This module discusses the management of burns in the Tactical Field Care (TFC) setting, highlighting your role as a Combat Medic/Corpsman.
Burns
This module discusses the management of burns in the Tactical Field Care (TFC) setting, highlighting your role as a Combat Medic.
The assessment and management of a burn injury is taught during Combat Lifesaver training, and it is important to understand what their training and anticipated skill set is in order to assume care for the casualty and potentially initiate more advanced treatments.
There are six cognitive and two performance enabling learning objectives covered in this module.
You will learn how to identify scene safety issues and actions required of a trauma casualty with burns before evaluation and care of the casualty, types and severity of burns, and how to estimate the percentage of the body surface involved in the burn.
You will also be able to identify progressive strategies and limitations for burn management in Tactical Field Care (TFC) as well as how to identify the indications, contraindications, and administration methods of Lactated Ringer's.
The performance objectives involve learning how to apply a dry dressing, demonstrating techniques to prevent heat loss (hypothermia), and initiating burn fluid resuscitation when indicated.
Remember, you are now in the Tactical Field Care phase of care, so the focus has shifted from immediate life-threatening hemorrhage control while still under enemy fire in the Care Under Fire phase to the reassessment of all previous interventions, followed by the prevention and treatment of other injuries and complications such as burns.
Burns are part of the “W” in the MARCH PAWS sequence, which stands for wounds.
Burns can happen during firefights, explosions, or vehicle or aircraft crashes. The source of the burn can be from exposure to electrical, thermal, or chemical events. Each of these different sources has specific management principles both for you and the casualty’s safety and proper casualty treatment.

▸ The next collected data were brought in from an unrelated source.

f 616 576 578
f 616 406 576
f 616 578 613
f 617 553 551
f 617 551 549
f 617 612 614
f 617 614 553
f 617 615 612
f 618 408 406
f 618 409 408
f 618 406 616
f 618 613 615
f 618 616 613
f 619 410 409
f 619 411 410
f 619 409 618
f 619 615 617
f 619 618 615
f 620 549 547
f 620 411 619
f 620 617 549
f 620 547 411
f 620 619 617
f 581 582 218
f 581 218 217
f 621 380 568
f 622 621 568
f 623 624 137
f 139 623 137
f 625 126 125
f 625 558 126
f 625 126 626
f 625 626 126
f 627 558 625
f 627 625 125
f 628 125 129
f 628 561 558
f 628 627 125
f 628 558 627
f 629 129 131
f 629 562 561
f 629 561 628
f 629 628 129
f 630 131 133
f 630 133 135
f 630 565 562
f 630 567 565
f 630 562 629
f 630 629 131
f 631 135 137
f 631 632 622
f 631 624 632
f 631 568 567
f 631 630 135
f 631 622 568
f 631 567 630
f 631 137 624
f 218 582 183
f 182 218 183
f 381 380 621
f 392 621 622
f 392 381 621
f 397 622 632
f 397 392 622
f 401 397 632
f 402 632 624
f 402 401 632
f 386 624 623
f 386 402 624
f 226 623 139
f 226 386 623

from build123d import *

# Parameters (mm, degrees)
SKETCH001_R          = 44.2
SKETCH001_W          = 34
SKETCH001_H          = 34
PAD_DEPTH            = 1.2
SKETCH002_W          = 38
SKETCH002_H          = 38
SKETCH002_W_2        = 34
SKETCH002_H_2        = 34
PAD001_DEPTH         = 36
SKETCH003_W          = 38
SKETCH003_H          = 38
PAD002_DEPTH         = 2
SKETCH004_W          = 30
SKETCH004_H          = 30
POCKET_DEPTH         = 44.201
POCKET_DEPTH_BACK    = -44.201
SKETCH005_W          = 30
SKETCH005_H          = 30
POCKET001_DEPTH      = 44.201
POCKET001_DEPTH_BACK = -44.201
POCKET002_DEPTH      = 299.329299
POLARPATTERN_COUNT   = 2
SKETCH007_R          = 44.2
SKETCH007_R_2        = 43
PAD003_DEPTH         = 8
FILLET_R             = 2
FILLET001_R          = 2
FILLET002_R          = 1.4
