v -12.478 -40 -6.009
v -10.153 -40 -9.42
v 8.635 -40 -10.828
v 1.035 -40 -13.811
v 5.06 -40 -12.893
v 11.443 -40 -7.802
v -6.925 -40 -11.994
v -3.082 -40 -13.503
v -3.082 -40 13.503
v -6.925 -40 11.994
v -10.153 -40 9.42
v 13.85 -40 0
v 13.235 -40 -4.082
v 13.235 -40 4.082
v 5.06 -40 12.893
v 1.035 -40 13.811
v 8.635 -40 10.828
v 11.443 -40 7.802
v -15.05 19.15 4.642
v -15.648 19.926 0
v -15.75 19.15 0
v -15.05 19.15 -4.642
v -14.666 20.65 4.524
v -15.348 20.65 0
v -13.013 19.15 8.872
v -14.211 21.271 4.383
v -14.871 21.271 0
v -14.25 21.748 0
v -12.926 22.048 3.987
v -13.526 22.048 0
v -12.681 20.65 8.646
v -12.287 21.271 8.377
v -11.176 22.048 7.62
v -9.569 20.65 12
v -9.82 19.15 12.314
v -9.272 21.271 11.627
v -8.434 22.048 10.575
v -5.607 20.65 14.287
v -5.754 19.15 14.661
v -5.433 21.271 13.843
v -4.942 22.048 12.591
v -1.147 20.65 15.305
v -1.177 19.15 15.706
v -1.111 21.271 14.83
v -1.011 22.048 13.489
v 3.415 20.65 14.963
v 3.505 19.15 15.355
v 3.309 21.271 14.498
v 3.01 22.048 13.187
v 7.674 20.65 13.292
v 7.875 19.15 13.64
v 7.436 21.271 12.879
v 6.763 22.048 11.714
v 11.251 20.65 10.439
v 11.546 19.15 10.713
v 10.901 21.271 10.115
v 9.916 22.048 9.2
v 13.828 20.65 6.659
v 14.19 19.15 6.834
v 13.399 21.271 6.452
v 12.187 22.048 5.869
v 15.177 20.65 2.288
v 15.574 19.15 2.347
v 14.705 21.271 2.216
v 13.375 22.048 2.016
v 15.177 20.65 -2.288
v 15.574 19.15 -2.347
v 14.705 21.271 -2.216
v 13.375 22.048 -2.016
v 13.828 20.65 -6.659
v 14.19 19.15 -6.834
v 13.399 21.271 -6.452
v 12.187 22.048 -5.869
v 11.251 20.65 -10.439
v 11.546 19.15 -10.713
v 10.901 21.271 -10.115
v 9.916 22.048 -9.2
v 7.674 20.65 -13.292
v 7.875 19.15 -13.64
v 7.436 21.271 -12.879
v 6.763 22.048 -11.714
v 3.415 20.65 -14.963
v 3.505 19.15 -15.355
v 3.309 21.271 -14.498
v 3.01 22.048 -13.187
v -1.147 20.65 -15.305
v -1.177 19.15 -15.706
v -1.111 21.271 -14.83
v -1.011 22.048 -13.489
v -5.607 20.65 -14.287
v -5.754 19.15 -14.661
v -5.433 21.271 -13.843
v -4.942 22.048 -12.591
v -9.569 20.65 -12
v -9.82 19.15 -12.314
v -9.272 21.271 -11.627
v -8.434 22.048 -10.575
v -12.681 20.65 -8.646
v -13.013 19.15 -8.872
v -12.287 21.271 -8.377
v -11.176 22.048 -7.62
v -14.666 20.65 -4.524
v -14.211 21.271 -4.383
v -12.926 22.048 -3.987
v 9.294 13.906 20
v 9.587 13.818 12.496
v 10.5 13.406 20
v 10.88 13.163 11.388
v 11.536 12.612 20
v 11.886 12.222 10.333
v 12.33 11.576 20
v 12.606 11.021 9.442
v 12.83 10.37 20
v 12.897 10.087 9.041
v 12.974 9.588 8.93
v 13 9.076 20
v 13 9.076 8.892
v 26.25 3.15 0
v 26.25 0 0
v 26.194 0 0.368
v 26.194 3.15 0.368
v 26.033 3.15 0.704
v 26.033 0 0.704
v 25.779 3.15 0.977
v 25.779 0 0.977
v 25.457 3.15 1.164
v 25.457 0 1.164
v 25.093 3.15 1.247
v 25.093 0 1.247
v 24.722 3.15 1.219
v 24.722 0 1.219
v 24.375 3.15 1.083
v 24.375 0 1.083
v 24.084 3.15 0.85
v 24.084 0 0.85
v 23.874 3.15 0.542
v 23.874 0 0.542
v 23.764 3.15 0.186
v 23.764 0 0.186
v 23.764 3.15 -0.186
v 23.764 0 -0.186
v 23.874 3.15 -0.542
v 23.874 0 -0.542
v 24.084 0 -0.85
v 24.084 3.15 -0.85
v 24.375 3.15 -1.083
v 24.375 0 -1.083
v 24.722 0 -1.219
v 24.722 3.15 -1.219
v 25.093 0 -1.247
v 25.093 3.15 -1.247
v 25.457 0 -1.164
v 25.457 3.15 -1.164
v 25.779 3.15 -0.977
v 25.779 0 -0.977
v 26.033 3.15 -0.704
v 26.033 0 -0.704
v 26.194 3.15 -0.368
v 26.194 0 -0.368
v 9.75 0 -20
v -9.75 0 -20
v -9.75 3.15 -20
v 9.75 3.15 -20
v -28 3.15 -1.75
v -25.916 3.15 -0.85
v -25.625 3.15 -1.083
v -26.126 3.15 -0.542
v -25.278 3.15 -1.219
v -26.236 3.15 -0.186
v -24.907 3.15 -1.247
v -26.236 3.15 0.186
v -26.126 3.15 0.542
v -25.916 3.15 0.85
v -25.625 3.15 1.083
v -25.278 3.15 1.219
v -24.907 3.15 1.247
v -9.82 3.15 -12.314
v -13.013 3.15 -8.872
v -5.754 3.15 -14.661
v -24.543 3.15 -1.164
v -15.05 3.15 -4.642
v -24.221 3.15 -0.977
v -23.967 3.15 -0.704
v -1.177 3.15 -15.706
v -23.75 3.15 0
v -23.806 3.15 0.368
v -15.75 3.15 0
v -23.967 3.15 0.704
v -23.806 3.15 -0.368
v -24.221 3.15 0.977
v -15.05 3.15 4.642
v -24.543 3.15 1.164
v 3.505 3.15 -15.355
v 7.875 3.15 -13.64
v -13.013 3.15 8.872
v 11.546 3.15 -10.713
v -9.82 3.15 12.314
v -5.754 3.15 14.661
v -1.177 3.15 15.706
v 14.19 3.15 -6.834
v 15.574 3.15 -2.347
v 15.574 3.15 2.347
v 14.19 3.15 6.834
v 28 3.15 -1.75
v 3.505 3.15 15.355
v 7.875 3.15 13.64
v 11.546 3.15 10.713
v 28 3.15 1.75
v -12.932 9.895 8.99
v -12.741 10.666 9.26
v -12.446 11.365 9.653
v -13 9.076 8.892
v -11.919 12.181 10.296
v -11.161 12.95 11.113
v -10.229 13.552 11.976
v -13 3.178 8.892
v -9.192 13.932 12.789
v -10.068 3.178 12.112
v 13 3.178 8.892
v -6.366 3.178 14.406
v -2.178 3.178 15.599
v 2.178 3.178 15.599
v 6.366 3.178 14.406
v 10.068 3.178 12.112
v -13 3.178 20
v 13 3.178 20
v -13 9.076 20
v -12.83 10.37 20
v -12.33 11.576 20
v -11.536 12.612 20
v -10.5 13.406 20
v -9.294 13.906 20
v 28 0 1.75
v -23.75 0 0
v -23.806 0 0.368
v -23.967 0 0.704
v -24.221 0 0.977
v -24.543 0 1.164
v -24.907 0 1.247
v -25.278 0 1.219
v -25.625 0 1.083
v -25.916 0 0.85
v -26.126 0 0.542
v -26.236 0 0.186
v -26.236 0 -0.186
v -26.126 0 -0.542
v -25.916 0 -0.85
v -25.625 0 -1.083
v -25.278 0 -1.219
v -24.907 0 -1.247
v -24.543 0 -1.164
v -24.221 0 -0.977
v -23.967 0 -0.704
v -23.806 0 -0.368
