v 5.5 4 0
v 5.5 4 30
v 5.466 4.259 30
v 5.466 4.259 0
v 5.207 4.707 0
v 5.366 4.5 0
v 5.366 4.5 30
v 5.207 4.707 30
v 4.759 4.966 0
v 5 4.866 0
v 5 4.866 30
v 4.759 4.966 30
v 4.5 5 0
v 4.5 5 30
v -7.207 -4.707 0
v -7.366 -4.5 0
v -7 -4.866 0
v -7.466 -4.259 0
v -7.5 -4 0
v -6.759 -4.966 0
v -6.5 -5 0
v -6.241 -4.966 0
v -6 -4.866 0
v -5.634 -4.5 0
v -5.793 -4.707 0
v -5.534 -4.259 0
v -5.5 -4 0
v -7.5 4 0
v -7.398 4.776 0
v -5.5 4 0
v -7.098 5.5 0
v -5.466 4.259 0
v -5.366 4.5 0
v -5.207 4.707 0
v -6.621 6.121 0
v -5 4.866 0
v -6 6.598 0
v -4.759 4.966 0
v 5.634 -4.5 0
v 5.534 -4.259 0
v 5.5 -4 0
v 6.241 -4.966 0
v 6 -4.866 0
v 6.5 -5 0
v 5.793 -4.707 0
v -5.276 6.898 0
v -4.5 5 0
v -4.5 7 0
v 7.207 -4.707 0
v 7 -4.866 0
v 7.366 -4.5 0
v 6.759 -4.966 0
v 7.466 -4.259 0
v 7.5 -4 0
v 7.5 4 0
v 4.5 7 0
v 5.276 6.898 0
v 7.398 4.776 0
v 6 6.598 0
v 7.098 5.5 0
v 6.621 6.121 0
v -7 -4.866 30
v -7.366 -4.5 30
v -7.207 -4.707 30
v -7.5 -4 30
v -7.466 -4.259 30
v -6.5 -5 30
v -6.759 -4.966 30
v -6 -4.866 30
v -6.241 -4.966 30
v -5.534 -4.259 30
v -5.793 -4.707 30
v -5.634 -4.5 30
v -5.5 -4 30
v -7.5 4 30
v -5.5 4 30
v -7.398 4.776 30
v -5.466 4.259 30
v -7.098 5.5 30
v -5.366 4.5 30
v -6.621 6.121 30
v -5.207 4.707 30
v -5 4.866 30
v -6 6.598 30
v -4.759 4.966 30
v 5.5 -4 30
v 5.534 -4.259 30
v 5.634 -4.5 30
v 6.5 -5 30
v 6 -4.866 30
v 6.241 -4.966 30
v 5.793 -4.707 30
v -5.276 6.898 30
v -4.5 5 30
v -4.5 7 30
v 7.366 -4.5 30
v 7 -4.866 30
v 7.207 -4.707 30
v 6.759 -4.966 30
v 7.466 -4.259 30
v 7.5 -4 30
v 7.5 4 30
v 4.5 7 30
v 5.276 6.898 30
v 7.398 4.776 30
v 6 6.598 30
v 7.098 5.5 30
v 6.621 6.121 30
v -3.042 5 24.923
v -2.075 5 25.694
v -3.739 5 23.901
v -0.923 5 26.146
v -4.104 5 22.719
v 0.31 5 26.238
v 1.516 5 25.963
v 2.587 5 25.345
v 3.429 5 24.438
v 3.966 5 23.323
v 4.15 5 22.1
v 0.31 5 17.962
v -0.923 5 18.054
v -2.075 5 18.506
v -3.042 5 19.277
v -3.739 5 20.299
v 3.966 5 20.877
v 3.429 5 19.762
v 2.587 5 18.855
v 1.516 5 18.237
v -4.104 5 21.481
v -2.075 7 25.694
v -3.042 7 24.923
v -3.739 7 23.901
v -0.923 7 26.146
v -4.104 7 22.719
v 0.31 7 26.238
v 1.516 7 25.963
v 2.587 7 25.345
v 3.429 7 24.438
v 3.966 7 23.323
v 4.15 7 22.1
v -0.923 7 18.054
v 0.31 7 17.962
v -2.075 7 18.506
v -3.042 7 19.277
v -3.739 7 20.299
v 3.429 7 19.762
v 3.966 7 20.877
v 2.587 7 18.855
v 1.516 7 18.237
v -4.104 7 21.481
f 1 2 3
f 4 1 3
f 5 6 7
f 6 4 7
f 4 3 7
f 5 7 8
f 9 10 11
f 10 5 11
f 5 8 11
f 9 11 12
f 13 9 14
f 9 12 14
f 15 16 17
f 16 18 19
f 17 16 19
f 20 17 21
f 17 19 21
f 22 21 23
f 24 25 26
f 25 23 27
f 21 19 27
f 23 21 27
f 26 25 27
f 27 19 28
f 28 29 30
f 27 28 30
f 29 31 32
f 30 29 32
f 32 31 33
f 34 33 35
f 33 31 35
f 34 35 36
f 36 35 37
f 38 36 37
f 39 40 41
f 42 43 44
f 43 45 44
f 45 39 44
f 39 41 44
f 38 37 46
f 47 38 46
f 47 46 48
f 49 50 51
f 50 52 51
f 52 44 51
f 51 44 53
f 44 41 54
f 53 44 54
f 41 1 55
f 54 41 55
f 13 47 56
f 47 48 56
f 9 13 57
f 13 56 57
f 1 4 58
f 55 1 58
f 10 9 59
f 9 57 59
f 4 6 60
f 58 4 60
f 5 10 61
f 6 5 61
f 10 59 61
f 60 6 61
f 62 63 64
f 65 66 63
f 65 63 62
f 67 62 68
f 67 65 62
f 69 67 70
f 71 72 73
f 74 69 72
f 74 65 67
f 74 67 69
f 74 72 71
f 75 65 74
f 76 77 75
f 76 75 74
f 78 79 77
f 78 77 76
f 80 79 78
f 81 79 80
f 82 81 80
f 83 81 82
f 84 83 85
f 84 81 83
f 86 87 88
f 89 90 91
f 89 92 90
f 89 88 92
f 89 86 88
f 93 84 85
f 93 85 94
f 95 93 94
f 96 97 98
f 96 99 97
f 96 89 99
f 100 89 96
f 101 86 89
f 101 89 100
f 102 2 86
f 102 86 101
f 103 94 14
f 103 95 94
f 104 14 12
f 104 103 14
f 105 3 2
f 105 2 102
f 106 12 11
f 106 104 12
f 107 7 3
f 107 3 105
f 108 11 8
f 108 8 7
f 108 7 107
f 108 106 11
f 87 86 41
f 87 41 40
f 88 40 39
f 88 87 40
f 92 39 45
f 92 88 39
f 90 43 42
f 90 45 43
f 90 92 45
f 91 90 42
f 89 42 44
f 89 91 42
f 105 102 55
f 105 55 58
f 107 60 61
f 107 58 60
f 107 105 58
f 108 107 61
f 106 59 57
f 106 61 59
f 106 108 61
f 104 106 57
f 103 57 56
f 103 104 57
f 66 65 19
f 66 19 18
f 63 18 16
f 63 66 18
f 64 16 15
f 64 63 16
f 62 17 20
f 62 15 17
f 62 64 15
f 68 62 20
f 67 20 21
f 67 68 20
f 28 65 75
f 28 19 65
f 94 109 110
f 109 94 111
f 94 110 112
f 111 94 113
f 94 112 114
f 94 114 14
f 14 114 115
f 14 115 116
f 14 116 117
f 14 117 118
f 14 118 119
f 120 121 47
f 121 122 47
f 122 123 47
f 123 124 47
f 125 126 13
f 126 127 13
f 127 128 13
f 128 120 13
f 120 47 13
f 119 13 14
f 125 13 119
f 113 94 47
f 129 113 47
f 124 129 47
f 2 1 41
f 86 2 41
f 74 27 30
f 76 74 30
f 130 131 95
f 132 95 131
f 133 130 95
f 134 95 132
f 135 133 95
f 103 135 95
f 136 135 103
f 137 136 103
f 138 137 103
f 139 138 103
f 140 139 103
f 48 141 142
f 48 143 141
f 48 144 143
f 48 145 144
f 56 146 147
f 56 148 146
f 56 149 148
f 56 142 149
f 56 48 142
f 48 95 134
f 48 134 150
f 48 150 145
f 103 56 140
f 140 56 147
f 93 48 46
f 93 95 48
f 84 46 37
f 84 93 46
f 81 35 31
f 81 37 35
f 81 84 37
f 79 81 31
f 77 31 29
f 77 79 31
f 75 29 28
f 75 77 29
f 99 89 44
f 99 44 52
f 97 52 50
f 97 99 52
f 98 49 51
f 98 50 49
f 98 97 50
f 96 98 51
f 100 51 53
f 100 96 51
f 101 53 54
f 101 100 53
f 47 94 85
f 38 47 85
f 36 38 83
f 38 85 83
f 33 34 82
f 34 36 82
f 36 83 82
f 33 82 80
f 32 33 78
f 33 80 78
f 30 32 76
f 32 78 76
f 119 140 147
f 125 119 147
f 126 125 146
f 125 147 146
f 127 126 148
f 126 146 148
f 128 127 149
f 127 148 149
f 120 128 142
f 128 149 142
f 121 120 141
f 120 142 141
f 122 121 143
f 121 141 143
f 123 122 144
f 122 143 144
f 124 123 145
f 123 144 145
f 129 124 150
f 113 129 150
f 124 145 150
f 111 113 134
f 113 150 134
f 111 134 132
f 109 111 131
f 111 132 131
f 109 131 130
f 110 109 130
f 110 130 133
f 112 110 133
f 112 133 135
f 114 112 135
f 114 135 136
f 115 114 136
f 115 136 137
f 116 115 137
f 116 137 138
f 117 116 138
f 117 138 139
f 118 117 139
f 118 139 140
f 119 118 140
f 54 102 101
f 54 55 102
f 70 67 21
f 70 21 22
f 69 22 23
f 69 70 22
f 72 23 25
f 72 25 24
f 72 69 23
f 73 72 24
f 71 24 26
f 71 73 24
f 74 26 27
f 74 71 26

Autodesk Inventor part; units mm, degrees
ref_plane "YZ Plane" through (0, 0, 0) normal (1, 0, 0) x (0, 1, 0)
ref_plane "XZ Plane" through (0, 0, 0) normal (0, 1, 0) x (-1, 0, 0)
ref_plane "XY Plane" through (0, 0, 0) normal (0, 0, 1) x (1, 0, 0)
sketch "Sketch1" plane through (0, 0, 0) normal (0, 0, 1) x (1, 0, 0)
  line L0 (5.5, -5) -> (-5.5, -5) construction
  line L1 (-5.5, -5) -> (-5.5, 5)
  line L2 (-5.5, 5) -> (5.5, 5)
  line L3 (5.5, 5) -> (5.5, -5)
  line L4 (5.5, -5) -> (-5.5, 5) construction
  line L5 (-5.5, -5) -> (5.5, 5) construction
  line L6 (-7.5, 7) -> (7.5, 7)
  line L7 (7.5, 7) -> (7.5, -5)
  line L8 (7.5, -5) -> (-7.5, -5)
  line L9 (-7.5, -5) -> (-7.5, 7)
  line L10 (0, 0) -> (0, 7) construction
  point P0 (0, 0)
  dimension "d6" = 11
  dimension "d7" = 10
  dimension "d8" = 2
  dimension "d9" = 10
  dimension "d10" = 2
extrude "Extrusion1" add sketch "Sketch1" along normal blind 30 contours L8 L9 L6 L7 L3 L2 L1
sketch "Sketch2" plane through (-7.5, 7, 0) normal (0, 1, 0) x (1, 0, 0)
  line L0 (7.5, 0) -> (7.5, -30) construction
  line L1 (15, -30) -> (0, -30) construction
  circle A0 centre (7.5, -22.1) radius 4.15
  dimension "d14" = 7.9
  dimension "d15" = 8.3
extrude "Extrusion2" cut sketch "Sketch2" against normal up to next
sketch "Sketch3" plane through (0, 0, 0) normal (0, 0, 1) x (1, 0, 0)
  line L0 (-7.5, 7) -> (-7.5, -5) construction
  line L1 (7.5, -5) -> (7.5, 7) construction
  line L2 (5.5, -5) -> (7.5, -5) construction
  line L3 (7.5, 7) -> (-7.5, 7) construction
  line L4 (-7.5, -5) -> (-5.5, -5) construction
  line L5 (5.5, 5) -> (5.5, -5) construction
  line L6 (-5.5, -5) -> (5.5, -5) construction
  line L7 (0, -5) -> (0, 7)
  line L8 (-4.15, 7) -> (4.15, 7) construction
  line L9 (-7.5, 7) -> (-7.5, -5) construction
  line L10 (-7.5, 0) -> (7.5, 0)
  point P0 (0, 0)
fillet "Fillet1" radius 1 6 edges at (-5.5, -5, 15) (-7.5, -5, 15) (5.5, -5, 15) (7.5, -5, 15) (-5.5, 5, 15) (5.5, 5, 15)
fillet "Fillet4" radius 3 2 edges at (-7.5, 7, 15) (7.5, 7, 15)
properties part number "base_fotodiode"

Burn wounds are present in 5% to 15% of combat casualties. Although significant advancements in the care of burn casualties have been made in recent conflicts, burn patients still have unique management challenges and considerations. In fact, the combination of burn and non-burn injuries results in a synergistic increase in mortality. This can often be the result of inhalation injury or burn shock superimposed on hemorrhagic shock, making management and treatment decisions critically important.
Loss of the epidermal barrier causes a loss of moisture and fluids, loss of heat, lack of protection from infection, and initiation of an inflammatory process. The U.S. Army Institute of Surgical Research (USAISR) leads burn care efforts for the U.S. Military. They perform cutting-edge research to identify methods and techniques to improve outcomes in military burn casualties.
A burned casualty is a trauma casualty first. Although the burn wounds can be distracting, you must address all other life-threatening injuries using the MARCH PAWS sequence first. Remember, all trauma treatments can be performed on or through burned skin.
In an electrical injury, the first thing to do is to secure the power, if possible.
Otherwise, remove the casualty from the electrical source using a non-conductive object, such as a wooden stick. Then, move the casualty to a safe place. Low-voltage injuries such as wall outlets may cause arrhythmias in addition to burns. High-voltage injuries such as high-tension wires may cause deep tissue injury and can result in an explosion which can lead to other blunt trauma injuries.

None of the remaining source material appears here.